Seize mois après les faits, Éric G., le policier mis en examen pour homicide volontaire, a retrouvé l’air libre. La cour d’appel de Paris a confirmé, lundi 3 novembre, la décision du juge des libertés et de la détention d’ordonner sa remise en liberté, malgré l’opposition du parquet. Le fonctionnaire de 26 ans, incarcéré depuis l’été 2024, a été accueilli à sa sortie de prison par ses parents, émus aux larmes.
« Ces seize mois auront été terribles pour ce jeune homme qui sort brisé de cette expérience », a réagi son avocat, Me Laurent-Franck Liénard. Le policier reste sous contrôle judiciaire et doit résider temporairement hors de la Seine-Saint-Denis, dans le cadre d’une assignation à résidence.

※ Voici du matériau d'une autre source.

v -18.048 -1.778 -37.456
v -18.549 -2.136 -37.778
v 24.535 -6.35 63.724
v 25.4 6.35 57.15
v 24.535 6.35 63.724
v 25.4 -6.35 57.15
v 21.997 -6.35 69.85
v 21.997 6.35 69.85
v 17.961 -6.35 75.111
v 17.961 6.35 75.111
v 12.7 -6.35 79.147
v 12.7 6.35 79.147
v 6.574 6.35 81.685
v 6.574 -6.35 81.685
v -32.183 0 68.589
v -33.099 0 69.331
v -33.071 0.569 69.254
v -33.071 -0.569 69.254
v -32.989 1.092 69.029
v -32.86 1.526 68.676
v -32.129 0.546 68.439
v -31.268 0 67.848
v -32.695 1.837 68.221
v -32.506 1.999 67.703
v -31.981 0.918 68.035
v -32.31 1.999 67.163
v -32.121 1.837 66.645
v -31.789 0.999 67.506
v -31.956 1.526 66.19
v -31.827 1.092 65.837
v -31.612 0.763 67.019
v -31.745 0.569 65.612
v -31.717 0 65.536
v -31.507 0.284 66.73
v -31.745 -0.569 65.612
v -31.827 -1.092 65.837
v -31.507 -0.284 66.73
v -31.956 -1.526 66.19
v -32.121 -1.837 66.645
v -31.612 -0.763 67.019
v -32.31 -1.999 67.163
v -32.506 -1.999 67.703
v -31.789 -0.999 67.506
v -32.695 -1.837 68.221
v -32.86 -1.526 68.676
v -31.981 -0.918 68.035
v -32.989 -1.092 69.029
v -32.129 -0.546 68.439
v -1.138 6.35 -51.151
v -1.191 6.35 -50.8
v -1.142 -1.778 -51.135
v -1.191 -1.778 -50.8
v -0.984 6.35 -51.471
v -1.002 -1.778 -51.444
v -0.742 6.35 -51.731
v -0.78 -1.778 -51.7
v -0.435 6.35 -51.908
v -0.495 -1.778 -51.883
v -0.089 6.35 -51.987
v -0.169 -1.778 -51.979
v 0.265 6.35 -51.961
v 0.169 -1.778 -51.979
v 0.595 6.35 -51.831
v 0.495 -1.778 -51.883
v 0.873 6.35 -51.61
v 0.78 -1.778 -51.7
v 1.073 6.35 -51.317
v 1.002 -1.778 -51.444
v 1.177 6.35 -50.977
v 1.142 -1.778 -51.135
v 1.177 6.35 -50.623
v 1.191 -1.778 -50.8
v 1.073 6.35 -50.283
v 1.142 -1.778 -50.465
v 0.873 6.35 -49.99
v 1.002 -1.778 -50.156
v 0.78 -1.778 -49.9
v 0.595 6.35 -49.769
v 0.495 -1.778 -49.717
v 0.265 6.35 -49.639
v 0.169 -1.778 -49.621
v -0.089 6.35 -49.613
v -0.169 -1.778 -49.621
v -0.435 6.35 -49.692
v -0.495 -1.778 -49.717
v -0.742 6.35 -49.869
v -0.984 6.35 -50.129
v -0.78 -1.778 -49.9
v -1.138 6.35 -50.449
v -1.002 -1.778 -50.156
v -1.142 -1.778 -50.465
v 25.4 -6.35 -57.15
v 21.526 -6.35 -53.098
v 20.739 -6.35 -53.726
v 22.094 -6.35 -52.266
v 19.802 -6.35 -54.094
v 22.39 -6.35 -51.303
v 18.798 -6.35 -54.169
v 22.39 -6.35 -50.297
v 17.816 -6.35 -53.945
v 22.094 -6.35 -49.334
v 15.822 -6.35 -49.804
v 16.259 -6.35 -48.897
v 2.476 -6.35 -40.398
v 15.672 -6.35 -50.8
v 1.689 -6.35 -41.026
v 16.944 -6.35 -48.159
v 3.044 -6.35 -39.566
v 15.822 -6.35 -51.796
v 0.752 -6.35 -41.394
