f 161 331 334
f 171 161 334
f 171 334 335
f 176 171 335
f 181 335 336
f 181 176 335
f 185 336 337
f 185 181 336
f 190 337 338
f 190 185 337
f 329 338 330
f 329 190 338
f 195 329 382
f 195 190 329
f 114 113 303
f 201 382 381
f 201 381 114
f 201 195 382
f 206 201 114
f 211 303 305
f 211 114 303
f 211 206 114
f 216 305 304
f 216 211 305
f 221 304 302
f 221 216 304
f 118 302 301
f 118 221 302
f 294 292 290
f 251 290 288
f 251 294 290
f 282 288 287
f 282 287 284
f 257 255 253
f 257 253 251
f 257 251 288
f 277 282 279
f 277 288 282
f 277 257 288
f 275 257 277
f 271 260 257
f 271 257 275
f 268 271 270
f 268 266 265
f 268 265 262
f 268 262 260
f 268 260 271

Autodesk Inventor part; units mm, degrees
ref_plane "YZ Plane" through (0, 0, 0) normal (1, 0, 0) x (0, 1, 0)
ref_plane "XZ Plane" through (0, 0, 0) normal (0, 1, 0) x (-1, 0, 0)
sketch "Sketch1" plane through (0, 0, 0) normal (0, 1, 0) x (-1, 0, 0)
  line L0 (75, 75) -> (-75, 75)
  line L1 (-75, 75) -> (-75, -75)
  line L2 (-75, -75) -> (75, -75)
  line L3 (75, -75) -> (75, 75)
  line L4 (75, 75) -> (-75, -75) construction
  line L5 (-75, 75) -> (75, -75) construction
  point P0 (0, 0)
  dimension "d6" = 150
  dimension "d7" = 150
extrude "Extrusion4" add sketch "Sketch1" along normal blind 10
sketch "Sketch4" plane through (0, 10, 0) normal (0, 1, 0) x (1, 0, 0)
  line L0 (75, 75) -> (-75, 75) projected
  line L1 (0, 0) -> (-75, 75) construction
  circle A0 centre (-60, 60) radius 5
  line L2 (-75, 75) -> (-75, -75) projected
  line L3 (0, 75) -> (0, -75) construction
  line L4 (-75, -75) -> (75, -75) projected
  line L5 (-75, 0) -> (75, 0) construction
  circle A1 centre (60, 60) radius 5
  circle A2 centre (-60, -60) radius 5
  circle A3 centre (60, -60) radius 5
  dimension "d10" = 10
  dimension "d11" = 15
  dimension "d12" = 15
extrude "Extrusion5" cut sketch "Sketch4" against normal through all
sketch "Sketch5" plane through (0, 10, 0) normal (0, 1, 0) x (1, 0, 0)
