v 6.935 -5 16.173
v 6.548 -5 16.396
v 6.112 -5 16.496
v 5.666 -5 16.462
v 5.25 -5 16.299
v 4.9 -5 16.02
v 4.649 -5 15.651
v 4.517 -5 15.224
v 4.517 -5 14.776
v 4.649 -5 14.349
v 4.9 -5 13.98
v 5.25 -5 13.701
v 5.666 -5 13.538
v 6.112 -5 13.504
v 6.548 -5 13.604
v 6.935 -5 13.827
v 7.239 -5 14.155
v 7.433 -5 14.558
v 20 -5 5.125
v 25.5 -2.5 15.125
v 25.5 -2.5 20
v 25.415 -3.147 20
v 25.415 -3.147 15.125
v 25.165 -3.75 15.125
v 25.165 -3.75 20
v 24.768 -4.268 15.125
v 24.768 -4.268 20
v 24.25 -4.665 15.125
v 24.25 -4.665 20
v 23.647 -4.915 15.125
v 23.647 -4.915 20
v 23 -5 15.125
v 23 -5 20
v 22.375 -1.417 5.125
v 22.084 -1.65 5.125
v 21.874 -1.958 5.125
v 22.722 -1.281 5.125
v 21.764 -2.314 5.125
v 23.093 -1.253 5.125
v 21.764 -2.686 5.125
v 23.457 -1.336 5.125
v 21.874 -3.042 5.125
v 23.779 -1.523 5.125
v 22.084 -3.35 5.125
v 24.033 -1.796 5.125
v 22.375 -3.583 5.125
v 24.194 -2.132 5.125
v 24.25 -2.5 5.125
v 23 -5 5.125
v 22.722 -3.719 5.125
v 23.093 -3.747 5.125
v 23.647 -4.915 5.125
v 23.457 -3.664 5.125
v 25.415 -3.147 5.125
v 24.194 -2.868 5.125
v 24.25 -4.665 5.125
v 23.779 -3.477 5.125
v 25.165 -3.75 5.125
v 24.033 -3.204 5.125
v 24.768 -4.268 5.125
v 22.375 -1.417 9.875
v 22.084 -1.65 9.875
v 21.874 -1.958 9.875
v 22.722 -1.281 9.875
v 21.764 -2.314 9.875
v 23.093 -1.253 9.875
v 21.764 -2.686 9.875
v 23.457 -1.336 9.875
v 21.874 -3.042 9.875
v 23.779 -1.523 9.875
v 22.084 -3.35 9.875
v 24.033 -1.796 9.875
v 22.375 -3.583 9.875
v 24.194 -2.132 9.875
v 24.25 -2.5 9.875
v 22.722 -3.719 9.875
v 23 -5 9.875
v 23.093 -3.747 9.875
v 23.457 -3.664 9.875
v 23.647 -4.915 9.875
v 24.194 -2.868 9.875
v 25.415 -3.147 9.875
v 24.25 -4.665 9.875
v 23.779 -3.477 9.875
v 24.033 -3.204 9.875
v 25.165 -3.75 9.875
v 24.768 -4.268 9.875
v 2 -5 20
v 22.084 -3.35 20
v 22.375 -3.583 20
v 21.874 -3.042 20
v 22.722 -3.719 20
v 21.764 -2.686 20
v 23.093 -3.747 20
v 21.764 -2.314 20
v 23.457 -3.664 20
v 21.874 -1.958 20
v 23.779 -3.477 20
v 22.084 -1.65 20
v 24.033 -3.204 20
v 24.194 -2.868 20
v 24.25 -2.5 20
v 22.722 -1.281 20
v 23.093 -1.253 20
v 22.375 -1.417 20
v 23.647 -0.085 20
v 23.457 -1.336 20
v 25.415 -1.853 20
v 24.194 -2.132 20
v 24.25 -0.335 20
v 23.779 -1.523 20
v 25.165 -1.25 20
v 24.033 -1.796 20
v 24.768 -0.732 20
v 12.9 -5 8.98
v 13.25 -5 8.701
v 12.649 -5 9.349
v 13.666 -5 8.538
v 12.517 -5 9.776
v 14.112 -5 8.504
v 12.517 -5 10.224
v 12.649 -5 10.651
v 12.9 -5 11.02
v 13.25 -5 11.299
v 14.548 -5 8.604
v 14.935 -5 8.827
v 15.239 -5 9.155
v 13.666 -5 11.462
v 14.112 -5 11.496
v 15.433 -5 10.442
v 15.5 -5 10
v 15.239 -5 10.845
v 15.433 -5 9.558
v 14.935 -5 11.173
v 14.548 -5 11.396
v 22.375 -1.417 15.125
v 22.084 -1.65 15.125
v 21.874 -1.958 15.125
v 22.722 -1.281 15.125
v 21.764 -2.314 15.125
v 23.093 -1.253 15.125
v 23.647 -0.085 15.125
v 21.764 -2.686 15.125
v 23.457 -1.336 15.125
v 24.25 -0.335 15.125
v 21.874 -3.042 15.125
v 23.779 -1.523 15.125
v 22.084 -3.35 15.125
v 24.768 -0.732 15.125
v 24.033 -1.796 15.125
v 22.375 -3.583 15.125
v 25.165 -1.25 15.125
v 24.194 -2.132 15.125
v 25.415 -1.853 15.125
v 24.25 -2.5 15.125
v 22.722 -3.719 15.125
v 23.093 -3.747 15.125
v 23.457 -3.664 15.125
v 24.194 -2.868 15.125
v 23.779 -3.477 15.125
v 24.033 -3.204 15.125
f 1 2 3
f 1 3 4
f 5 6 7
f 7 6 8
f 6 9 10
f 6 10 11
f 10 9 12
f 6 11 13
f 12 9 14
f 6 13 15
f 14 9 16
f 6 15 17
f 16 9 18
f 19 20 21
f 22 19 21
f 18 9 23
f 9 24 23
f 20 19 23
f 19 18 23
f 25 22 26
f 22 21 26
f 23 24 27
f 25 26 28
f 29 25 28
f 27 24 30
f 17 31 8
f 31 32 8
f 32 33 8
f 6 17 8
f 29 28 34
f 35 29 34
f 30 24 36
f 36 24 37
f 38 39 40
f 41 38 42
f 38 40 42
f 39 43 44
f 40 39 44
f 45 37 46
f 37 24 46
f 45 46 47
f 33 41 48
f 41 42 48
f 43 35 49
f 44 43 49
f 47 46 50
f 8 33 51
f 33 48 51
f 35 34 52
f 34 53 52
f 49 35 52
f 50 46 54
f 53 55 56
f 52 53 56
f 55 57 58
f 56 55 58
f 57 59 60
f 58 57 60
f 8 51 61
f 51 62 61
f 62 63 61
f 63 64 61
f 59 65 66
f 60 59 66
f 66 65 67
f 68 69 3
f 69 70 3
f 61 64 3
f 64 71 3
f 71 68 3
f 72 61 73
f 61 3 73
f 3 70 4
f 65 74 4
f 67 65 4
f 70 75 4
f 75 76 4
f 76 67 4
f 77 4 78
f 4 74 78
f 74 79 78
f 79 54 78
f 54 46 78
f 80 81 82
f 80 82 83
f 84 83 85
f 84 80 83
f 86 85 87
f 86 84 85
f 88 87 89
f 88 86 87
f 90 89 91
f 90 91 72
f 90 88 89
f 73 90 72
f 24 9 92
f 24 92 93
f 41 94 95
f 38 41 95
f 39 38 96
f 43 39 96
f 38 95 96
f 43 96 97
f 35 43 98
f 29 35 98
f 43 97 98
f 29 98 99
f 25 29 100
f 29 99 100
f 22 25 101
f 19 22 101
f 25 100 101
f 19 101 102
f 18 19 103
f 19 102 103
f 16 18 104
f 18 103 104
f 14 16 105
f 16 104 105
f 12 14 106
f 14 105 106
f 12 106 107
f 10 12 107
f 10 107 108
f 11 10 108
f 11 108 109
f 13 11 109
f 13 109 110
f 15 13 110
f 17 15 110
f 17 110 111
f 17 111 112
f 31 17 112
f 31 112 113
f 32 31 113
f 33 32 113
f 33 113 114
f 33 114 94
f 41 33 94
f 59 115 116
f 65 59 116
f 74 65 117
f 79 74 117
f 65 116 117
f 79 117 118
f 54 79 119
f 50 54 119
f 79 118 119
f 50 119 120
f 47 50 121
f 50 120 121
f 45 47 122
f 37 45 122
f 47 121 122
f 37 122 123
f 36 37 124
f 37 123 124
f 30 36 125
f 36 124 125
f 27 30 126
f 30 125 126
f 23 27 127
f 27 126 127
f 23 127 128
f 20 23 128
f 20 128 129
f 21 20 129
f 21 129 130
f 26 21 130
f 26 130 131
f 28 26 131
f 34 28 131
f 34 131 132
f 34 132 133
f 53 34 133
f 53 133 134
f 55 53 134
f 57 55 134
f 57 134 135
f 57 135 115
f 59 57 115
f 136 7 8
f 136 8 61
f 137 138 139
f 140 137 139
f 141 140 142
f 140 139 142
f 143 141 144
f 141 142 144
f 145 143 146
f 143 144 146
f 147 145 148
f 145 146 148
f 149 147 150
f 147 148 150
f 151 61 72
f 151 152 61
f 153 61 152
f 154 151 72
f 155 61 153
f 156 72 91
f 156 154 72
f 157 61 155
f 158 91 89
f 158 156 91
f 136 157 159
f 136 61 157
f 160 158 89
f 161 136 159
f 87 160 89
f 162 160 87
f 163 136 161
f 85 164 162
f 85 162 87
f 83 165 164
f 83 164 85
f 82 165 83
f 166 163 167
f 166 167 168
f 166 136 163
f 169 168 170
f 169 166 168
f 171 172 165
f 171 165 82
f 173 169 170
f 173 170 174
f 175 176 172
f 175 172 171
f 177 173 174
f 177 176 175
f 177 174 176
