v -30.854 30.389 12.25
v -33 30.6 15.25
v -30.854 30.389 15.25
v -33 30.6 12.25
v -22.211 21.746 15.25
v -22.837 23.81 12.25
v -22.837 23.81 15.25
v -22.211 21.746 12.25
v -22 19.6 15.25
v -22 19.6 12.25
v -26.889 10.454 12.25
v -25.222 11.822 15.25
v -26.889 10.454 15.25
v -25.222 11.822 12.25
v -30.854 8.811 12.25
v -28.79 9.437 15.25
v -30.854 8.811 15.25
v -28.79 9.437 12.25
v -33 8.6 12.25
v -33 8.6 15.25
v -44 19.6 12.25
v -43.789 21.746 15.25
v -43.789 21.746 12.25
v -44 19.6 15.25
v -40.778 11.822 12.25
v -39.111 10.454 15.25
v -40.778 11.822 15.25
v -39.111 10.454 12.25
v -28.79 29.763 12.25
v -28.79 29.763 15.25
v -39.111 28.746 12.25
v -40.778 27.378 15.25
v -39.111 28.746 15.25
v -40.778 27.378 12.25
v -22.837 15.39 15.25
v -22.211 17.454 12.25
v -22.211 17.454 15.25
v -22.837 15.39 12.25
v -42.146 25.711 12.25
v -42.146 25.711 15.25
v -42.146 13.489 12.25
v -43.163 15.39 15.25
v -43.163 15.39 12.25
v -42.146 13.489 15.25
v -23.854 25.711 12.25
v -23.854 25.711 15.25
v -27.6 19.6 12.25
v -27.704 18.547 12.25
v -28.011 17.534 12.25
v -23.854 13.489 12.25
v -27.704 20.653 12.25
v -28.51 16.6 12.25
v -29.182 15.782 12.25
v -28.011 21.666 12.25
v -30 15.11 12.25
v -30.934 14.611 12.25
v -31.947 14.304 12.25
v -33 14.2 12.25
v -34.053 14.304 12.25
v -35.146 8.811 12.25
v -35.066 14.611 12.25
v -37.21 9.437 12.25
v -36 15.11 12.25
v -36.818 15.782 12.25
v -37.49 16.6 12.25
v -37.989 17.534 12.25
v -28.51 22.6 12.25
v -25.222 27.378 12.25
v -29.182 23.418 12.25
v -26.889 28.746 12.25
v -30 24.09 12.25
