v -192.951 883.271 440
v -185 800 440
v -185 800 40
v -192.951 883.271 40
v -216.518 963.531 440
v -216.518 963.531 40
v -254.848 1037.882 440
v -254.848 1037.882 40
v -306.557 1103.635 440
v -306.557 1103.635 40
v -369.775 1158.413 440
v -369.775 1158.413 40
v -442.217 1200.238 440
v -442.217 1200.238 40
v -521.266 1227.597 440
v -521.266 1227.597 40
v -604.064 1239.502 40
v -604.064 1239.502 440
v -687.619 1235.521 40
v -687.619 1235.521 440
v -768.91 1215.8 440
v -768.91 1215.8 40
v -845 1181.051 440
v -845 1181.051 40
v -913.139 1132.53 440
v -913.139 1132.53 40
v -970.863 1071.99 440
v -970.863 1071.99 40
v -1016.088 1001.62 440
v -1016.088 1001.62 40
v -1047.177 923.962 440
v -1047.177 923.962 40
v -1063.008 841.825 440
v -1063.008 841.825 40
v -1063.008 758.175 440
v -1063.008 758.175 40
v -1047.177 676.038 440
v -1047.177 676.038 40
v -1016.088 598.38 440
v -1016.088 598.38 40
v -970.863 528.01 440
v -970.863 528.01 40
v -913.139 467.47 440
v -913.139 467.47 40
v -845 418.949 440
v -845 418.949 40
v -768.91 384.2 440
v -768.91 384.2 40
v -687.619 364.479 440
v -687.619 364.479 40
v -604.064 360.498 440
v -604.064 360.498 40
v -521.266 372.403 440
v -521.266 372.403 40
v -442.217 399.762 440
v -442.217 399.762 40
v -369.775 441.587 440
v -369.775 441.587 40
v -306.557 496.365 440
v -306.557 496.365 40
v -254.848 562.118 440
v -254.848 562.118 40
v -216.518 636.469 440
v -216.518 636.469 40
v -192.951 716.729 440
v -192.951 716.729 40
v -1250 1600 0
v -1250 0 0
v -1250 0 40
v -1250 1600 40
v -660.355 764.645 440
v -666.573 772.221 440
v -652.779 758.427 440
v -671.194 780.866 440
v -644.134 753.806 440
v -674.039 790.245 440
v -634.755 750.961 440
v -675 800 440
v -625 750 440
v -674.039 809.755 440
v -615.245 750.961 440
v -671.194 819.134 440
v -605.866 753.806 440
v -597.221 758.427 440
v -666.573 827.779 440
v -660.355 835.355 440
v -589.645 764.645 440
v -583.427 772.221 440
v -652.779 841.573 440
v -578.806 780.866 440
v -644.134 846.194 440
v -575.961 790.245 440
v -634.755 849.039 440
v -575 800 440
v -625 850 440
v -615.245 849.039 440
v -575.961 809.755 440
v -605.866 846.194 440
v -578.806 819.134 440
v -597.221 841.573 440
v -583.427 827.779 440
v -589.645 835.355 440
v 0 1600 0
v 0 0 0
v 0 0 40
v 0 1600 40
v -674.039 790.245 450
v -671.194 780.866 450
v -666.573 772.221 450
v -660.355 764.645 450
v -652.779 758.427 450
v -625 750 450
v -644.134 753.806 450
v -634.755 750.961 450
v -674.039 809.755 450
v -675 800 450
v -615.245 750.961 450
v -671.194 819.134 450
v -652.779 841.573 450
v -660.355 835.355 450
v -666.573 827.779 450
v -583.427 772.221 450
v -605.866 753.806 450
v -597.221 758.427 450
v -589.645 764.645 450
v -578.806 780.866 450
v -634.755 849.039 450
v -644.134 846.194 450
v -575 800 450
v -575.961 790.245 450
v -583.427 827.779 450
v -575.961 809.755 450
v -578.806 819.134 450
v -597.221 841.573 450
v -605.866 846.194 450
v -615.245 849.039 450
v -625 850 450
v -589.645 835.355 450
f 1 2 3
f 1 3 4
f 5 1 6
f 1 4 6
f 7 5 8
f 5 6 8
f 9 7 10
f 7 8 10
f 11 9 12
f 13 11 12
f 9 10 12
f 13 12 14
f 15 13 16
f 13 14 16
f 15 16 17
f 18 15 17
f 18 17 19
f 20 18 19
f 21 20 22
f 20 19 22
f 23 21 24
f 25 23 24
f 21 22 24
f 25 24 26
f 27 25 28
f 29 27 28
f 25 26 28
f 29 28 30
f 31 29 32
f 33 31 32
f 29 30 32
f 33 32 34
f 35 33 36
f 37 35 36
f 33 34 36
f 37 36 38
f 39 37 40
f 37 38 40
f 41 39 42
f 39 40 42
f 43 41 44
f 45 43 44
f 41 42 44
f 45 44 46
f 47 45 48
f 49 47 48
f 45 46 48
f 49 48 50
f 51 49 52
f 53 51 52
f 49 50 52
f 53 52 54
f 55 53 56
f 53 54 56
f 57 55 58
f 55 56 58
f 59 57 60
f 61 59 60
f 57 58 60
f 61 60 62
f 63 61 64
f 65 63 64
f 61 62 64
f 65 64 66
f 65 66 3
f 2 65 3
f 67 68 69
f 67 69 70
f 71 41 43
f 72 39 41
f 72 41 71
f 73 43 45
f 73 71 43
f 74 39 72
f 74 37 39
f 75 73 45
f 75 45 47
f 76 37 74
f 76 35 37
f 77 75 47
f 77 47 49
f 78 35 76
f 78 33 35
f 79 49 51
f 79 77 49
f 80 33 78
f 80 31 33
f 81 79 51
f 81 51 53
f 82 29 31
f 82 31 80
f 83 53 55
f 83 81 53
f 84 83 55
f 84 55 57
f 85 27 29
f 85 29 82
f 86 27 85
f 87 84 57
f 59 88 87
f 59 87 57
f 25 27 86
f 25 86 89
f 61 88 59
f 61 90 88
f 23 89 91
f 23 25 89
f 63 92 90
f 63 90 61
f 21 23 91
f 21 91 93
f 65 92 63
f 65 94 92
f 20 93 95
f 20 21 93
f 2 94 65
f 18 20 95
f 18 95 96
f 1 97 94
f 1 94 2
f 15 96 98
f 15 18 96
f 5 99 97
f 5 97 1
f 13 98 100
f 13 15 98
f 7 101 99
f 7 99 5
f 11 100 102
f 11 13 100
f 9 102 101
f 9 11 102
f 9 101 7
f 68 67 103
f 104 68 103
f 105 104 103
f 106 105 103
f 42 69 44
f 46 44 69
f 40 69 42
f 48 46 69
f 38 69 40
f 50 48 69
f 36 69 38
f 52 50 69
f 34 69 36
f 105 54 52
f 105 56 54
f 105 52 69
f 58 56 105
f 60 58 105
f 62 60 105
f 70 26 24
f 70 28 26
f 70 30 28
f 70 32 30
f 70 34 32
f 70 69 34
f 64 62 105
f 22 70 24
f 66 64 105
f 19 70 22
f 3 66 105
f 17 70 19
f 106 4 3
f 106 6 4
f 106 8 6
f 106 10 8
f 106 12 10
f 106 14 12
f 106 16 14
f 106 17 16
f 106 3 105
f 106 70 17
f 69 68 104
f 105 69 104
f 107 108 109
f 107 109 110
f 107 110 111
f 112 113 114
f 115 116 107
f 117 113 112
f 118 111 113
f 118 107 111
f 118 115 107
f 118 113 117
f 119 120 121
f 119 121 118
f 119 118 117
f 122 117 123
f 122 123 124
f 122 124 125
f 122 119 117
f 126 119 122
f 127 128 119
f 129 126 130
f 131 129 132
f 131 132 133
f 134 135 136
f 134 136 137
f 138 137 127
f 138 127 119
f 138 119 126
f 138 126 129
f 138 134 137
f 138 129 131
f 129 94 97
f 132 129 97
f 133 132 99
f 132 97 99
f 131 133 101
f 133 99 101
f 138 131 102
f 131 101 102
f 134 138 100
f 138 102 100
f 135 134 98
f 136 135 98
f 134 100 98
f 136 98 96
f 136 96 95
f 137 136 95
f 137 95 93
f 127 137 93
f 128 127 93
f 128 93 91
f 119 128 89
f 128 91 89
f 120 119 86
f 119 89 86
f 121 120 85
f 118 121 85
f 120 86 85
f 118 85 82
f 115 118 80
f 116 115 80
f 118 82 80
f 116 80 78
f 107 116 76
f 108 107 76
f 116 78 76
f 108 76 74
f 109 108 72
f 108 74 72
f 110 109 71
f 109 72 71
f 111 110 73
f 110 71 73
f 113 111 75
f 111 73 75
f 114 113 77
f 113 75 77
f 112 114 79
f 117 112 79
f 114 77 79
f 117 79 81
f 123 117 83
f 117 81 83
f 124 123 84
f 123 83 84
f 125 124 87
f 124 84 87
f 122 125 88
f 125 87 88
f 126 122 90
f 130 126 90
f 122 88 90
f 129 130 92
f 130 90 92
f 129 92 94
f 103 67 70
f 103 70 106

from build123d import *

# Parameters (mm, degrees)
ESQUISSE1_W        = 1250
ESQUISSE1_H        = 1600
BOSS_EXTRU_1_DEPTH = 40
ESQUISSE2_R        = 440
BOSS_EXTRU_2_DEPTH = 400
ESQUISSE3_R        = 50
BOSS_EXTRU_3_DEPTH = 10


with BuildPart() as part:
    # Esquisse1 → Boss.-Extru.1 (new body)
    with BuildSketch(Plane.XY):
        with Locations((-625, 800)):
            Rectangle(ESQUISSE1_W, ESQUISSE1_H)
    extrude(amount=BOSS_EXTRU_1_DEPTH)

    # Esquisse2 → Boss.-Extru.2 (add)
    with BuildSketch(Plane.XY.offset(40)):
        with Locations((-625, 800)):
            Circle(ESQUISSE2_R)
    extrude(amount=BOSS_EXTRU_2_DEPTH)

    # Esquisse3 → Boss.-Extru.3 (add)
    with BuildSketch(Plane.XY.offset(440)):
        with Locations((-625, 800)):
            Circle(ESQUISSE3_R)
    extrude(amount=BOSS_EXTRU_3_DEPTH)


solid = part.part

Un drame sur fond de versions contradictoires

Les faits remontent au 29 juin 2024. Ce matin-là, Éric G., alors hors service, se rend au domicile de sa grand-mère à Bobigny après qu’elle a signalé des bruits suspects dans son garage. Sur place, il découvre Amar Slimani, un ressortissant algérien de 32 ans, en situation irrégulière. Selon la version du policier, il aurait été poursuivi et menacé par l’homme avant de faire usage de son arme de service, tirant à sept reprises.
Amar Slimani est mort sur le coup, atteint de plusieurs balles dans le thorax, le dos et la tête. Le policier a immédiatement invoqué la légitime défense, affirmant avoir craint pour sa vie.

Mais cette version est contestée par la famille de la victime, représentée par Me Yassine Bouzrou, qui évoque un « crime raciste ». Selon lui, les conclusions de la reconstitution menée en septembre 2025 « ont démontré les nombreux mensonges du policier ». L’avocat assure qu’Amar Slimani n’était pas un squatteur, mais un travailleur clandestin qui effectuait des petits travaux pour la grand-mère du policier, laquelle l’autorisait parfois à dormir dans la dépendance.

Une affaire à forte charge symbolique

Dès l’été 2024, le drame avait provoqué de vives réactions dans les rangs policiers, plusieurs syndicats dénonçant la mise en détention du fonctionnaire. L’ex-commissaire de police et député européen Matthieu Valet (Rassemblement national) a salué lundi soir sa libération : « Aujourd’hui, Éric peut enfin retrouver un peu d’air, de lumière, de dignité. »
Dans le camp opposé, les soutiens d’Amar Slimani dénoncent « une justice à deux vitesses ». La famille du défunt rappelle qu’aucun procès n’a encore été fixé et que le policier reste mis en examen pour homicide volontaire.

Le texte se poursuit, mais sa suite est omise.